Moonlighting does not necessarily constitute a breach of the employment contract, although in some instances it may, depending on the contractual provisions. Recently, the Labour Court in Vilakazi v Commission for Conciliation, Mediation and Arbitration and Others (JR164/20) [2023] ZALCJHB 319 (3 November 2023) was confronted with a situation where an employee had engaged in moonlighting and was consequently dismissed as a result of her conduct. 

Dr Vilakazi took up full-time employment with Wits University as a lecturer. In her contract, she agreed to familiarise herself with all policies applicable to Wits University’s permanent academic staff. The Wits University’s Declaration of Interests Policy required that any involvement in any external institutional affairs, including moonlighting, had to be approved by the Vice-Chancellor’s office. With the ink barely dry on her permanent employment contract with Wits, Dr Vilakazi also took up employment with Kantar South Africa as an account’s director on a full-time basis. 

She was charged and later dismissed for gross misconduct in that she took up full time employment with Kantar South Africa (Pty) Ltd whilst still in the full-time employment of the University without the knowledge or authority of the University. Dr Vilakazi referred an unfair dismissal dispute to the CCMA. After conciliation failed, the matter proceeded to arbitration, where the commissioner found that the dismissal of Dr Vilakazi was both substantively and procedurally fair. The commissioner held that the two contractual relationships were mutually incompatible and could not practically exist together. On review, the Labour Court found that Dr Vilakazi had breached Wits University’s Declaration Policy and irrespective of the policy, she had breached the duty of good faith owed to her employer.

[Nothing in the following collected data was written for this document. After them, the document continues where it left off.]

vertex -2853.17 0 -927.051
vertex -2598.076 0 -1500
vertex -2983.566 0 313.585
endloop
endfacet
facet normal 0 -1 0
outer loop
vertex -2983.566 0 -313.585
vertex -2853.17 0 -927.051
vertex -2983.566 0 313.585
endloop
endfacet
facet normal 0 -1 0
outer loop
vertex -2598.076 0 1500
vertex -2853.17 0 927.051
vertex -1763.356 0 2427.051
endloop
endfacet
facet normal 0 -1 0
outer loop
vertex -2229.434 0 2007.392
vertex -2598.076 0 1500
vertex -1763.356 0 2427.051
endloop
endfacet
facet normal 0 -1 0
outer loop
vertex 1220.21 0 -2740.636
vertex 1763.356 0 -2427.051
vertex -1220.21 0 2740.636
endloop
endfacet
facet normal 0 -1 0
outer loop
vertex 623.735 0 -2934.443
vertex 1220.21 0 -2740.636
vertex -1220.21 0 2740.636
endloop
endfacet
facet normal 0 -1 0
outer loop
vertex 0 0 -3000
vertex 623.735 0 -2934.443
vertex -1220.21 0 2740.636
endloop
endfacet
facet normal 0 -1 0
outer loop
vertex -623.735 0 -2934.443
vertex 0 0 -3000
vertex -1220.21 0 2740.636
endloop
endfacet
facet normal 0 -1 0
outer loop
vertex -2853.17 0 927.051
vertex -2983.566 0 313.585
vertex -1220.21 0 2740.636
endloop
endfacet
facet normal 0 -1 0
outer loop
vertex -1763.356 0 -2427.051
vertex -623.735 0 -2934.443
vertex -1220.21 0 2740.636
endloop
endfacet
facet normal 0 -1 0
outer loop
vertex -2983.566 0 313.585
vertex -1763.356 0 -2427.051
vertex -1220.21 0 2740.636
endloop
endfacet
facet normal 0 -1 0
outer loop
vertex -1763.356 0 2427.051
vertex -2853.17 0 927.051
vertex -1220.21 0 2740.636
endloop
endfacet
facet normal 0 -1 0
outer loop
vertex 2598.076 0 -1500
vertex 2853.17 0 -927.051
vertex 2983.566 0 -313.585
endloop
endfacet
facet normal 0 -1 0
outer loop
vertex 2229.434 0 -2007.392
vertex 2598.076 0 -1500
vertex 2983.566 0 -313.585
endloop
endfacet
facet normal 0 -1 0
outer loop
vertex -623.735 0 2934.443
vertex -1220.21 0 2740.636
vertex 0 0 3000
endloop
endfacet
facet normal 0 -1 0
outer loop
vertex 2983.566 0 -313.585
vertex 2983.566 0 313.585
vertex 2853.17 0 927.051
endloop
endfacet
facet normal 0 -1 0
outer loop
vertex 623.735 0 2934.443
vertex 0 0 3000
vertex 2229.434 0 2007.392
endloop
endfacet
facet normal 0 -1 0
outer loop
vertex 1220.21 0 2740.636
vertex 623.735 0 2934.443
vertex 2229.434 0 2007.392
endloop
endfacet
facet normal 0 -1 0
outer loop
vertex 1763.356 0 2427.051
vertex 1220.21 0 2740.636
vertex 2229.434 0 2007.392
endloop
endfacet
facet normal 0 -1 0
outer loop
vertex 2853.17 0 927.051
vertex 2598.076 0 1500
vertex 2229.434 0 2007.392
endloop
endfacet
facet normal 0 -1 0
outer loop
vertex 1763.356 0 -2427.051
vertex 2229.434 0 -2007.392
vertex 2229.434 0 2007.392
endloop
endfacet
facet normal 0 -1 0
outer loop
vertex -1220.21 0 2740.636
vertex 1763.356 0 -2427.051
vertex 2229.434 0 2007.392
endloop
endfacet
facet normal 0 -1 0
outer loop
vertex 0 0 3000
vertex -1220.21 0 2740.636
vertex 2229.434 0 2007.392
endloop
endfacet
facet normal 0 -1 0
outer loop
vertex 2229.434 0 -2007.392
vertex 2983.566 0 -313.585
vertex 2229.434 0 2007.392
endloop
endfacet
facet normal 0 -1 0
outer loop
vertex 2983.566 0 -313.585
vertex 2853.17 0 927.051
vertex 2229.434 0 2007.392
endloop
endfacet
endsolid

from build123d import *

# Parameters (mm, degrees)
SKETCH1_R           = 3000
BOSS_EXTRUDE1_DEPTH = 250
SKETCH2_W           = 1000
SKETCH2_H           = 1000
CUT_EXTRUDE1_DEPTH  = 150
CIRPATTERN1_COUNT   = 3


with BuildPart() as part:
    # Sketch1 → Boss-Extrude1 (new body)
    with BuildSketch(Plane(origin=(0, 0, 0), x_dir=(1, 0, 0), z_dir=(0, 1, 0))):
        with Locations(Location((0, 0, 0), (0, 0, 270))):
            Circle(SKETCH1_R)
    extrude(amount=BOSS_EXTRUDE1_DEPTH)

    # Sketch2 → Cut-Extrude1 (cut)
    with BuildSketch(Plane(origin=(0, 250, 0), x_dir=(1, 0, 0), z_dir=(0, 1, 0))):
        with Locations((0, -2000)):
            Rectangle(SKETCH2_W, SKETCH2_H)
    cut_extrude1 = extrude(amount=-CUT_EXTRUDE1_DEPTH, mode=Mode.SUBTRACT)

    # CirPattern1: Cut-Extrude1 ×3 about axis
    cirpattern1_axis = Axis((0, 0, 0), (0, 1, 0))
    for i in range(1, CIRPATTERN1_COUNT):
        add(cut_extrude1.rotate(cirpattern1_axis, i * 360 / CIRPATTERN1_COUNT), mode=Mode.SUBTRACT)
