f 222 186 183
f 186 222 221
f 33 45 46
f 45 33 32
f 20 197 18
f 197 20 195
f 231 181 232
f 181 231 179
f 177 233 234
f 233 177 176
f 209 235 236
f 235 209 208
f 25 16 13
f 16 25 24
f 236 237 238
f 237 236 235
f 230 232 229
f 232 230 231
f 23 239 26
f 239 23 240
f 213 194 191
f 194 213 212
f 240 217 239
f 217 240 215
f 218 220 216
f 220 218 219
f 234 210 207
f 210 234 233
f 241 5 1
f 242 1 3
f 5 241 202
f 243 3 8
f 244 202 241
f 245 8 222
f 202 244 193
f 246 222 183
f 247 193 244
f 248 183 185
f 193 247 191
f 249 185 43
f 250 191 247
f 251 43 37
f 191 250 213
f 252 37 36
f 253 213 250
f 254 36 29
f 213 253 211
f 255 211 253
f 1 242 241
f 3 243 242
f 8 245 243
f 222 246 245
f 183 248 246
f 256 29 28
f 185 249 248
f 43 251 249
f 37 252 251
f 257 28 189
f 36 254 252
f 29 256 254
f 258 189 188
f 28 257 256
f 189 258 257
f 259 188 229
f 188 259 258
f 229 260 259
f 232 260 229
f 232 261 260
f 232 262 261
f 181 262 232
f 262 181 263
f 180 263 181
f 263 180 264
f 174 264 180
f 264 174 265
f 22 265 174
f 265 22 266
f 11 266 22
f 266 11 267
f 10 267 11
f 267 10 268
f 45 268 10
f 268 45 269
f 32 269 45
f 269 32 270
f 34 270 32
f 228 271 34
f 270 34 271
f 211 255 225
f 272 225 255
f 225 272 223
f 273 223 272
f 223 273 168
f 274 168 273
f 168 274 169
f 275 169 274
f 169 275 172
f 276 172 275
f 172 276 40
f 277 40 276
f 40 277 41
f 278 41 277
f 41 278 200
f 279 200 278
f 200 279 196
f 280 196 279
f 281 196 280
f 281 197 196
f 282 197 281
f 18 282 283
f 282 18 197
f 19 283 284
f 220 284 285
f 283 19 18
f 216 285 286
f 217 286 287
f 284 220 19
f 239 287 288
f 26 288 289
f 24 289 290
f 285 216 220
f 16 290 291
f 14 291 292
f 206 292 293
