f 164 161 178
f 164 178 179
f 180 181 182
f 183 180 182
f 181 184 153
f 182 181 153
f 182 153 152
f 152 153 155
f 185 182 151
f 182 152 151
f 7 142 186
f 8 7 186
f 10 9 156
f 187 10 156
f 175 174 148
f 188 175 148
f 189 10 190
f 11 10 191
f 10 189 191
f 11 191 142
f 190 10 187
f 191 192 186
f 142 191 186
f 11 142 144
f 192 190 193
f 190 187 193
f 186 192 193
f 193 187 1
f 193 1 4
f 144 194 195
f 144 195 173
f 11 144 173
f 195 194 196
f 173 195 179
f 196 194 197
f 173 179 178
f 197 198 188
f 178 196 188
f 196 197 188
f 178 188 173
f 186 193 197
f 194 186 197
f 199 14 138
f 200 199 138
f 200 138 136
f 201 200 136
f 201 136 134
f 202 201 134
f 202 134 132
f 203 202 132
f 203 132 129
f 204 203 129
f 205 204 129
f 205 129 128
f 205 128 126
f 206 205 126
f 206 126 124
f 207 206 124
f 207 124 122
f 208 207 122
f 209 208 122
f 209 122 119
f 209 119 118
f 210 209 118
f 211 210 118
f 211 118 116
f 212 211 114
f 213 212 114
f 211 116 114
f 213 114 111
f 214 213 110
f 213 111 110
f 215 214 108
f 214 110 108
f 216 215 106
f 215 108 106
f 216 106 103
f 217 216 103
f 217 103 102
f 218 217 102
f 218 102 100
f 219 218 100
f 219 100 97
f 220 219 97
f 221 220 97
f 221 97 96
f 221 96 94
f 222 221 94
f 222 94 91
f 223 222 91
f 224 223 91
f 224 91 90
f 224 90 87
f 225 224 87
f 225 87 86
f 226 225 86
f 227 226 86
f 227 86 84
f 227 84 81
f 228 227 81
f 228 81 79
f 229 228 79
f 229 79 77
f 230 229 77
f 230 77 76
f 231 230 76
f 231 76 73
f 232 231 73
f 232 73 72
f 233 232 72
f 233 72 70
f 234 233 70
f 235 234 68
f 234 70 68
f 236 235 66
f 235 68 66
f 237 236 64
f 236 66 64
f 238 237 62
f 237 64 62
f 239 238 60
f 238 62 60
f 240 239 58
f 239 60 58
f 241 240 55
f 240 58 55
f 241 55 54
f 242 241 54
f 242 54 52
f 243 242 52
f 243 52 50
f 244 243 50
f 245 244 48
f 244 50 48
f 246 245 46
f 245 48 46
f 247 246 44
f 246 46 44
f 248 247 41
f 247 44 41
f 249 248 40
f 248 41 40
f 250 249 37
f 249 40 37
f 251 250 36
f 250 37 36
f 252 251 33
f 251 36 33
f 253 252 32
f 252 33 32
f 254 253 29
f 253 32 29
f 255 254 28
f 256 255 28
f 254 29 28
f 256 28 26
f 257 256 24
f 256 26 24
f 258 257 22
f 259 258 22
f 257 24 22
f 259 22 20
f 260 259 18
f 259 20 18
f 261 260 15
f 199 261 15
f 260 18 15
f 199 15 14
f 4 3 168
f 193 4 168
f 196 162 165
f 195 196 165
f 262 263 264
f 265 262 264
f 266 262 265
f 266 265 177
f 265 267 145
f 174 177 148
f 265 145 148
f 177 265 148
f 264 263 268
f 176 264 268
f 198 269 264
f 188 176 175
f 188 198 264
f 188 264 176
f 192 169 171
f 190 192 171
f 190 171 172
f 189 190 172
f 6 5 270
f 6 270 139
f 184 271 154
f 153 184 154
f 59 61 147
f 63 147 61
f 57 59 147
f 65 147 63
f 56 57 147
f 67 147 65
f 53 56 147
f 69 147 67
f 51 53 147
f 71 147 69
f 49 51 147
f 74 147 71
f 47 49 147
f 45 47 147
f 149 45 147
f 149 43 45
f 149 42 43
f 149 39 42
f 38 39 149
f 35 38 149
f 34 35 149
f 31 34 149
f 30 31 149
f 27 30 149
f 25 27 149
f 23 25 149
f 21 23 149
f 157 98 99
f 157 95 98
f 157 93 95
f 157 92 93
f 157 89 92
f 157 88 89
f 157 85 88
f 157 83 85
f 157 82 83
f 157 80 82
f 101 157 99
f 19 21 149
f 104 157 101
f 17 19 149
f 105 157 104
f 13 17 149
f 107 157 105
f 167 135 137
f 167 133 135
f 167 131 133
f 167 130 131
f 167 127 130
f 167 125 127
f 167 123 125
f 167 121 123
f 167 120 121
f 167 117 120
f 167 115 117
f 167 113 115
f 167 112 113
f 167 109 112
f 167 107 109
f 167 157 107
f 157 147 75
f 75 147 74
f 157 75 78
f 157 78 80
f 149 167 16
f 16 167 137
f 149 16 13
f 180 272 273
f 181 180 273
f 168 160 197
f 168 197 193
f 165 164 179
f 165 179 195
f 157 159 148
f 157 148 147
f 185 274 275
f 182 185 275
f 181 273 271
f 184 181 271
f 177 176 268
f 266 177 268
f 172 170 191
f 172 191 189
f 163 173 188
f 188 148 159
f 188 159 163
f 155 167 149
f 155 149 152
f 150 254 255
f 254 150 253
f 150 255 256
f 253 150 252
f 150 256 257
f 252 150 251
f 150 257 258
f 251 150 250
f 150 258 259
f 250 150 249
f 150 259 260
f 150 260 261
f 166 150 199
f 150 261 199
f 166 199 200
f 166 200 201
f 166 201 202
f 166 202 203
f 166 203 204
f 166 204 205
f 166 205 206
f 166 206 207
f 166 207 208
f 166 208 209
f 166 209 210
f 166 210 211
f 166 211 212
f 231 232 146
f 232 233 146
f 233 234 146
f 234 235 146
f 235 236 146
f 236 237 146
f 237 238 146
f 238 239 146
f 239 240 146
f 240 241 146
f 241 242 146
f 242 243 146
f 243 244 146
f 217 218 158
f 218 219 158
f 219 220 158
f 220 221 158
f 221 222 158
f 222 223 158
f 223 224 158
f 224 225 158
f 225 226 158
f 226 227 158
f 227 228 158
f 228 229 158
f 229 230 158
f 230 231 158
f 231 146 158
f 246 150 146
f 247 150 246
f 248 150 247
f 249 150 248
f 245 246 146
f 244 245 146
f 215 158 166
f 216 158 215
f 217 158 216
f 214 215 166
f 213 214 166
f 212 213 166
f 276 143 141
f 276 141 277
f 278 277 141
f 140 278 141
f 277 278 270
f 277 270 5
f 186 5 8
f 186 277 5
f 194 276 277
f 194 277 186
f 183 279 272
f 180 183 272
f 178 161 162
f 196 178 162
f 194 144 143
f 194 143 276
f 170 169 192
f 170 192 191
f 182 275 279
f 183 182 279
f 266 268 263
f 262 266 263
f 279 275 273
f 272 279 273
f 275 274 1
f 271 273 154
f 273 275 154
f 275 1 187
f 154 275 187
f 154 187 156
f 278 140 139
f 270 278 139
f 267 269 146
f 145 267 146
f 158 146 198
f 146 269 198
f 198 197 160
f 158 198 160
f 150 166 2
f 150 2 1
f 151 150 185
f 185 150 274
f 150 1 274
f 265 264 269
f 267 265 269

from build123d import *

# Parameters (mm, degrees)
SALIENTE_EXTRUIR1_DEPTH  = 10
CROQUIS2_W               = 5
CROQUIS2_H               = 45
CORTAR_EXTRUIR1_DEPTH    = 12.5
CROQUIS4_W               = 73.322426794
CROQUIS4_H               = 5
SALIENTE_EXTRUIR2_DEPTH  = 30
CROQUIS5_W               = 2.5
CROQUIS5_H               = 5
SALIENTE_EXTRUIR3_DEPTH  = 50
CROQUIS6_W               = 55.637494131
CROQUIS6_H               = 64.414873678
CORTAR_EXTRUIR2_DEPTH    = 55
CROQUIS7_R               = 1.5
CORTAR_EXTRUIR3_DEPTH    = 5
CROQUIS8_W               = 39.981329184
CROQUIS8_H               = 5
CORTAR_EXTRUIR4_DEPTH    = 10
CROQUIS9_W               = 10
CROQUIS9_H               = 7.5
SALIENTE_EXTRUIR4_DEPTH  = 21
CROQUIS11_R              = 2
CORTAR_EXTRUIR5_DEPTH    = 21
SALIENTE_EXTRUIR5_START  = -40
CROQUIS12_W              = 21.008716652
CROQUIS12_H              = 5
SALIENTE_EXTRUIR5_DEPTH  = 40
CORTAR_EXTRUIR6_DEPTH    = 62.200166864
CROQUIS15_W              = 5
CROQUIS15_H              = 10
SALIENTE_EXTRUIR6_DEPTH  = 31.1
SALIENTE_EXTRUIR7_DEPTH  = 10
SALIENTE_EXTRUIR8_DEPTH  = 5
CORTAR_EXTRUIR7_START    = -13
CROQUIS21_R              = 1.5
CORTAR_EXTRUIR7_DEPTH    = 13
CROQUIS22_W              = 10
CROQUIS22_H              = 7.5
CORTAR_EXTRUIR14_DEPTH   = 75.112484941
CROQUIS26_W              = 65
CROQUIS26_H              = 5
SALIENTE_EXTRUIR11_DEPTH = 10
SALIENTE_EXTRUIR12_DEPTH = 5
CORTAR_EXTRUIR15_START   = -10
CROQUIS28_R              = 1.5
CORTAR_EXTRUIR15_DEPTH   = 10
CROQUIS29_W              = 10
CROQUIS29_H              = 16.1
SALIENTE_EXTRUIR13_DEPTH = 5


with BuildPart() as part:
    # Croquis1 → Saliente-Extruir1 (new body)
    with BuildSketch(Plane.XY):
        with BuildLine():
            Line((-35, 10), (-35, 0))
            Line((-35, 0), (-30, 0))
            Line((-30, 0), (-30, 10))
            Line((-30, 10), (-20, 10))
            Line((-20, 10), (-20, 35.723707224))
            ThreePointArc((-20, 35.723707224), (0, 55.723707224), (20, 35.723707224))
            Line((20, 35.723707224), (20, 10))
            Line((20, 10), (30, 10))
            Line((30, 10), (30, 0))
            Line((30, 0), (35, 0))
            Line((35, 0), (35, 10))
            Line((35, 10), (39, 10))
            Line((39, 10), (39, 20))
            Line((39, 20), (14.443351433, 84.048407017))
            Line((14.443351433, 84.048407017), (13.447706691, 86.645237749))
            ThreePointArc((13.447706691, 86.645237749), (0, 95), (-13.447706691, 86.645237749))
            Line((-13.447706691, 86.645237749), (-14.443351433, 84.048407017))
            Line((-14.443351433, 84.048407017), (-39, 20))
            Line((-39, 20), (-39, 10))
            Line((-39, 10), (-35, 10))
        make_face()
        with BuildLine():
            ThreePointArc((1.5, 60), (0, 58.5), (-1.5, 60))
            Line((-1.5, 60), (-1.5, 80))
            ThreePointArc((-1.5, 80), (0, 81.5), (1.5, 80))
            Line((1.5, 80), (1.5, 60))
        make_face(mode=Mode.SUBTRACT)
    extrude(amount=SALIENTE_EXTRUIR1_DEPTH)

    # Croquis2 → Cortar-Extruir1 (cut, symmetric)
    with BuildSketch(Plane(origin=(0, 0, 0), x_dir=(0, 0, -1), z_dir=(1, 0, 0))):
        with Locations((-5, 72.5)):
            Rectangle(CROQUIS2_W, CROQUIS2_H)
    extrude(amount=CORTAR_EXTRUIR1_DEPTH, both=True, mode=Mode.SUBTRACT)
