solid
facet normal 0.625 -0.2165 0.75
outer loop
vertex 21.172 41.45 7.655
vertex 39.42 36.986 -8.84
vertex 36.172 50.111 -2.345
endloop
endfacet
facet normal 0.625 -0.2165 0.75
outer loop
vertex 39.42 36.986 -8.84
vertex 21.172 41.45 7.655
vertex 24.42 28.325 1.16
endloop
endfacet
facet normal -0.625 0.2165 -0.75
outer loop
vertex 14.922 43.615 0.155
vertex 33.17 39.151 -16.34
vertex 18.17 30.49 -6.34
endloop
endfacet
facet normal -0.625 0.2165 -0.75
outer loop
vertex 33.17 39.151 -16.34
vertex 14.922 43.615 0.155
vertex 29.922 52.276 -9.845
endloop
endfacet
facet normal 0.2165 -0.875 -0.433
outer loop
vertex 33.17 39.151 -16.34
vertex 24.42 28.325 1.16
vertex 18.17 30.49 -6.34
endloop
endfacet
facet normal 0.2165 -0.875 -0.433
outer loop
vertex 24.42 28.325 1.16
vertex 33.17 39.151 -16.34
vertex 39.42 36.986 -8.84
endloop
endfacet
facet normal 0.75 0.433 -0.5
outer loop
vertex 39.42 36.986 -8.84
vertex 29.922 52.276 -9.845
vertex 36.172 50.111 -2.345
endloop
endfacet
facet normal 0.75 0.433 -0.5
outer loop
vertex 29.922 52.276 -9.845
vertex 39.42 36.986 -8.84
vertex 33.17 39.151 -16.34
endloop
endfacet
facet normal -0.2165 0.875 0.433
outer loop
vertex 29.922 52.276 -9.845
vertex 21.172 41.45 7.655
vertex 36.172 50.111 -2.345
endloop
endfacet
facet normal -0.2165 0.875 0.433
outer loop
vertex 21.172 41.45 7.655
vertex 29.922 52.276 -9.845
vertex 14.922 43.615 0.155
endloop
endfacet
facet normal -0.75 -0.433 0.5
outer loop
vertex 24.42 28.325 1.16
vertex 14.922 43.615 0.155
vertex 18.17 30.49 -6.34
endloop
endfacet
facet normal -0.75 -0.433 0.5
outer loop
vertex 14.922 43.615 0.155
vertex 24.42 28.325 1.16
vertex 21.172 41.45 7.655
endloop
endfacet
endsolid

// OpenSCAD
// Generated by generate_scads.py
rotate([30,30,30]) {
  translate([30,20,0]) {
    cube(size=[20,15,10], center=false);
  }
}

South Africa’s Constitution states that everyone has the right to work. In essence, employers can therefore not prohibit an employee from working. This does not mean that the main employer should just accept a possible negative impact on an employee’s work performance as a result of a second job. To manage the risks of activities like moonlighting proactively, employers are advised to implement clear rules and policies regarding moonlighting. The rule should indicate that the additional employment should not be in contradiction with the employment contract, harm or potentially harm the employer’s business, or affect the employee’s capacity to work for the main employer. The policies routinely describe the circumstances in which an employee may or may not have a secondary job, whether the employee needs to seek approval before taking a second job, as well as specific industries, companies, or roles in which the employee cannot hold a second job. 

In conclusion, the duty of good faith includes disclosing material information that may impact the employer’s business interests. Where an employee fails to disclose material activities to an employer, they act in violation of the duty of good faith towards their employer and may be dismissed.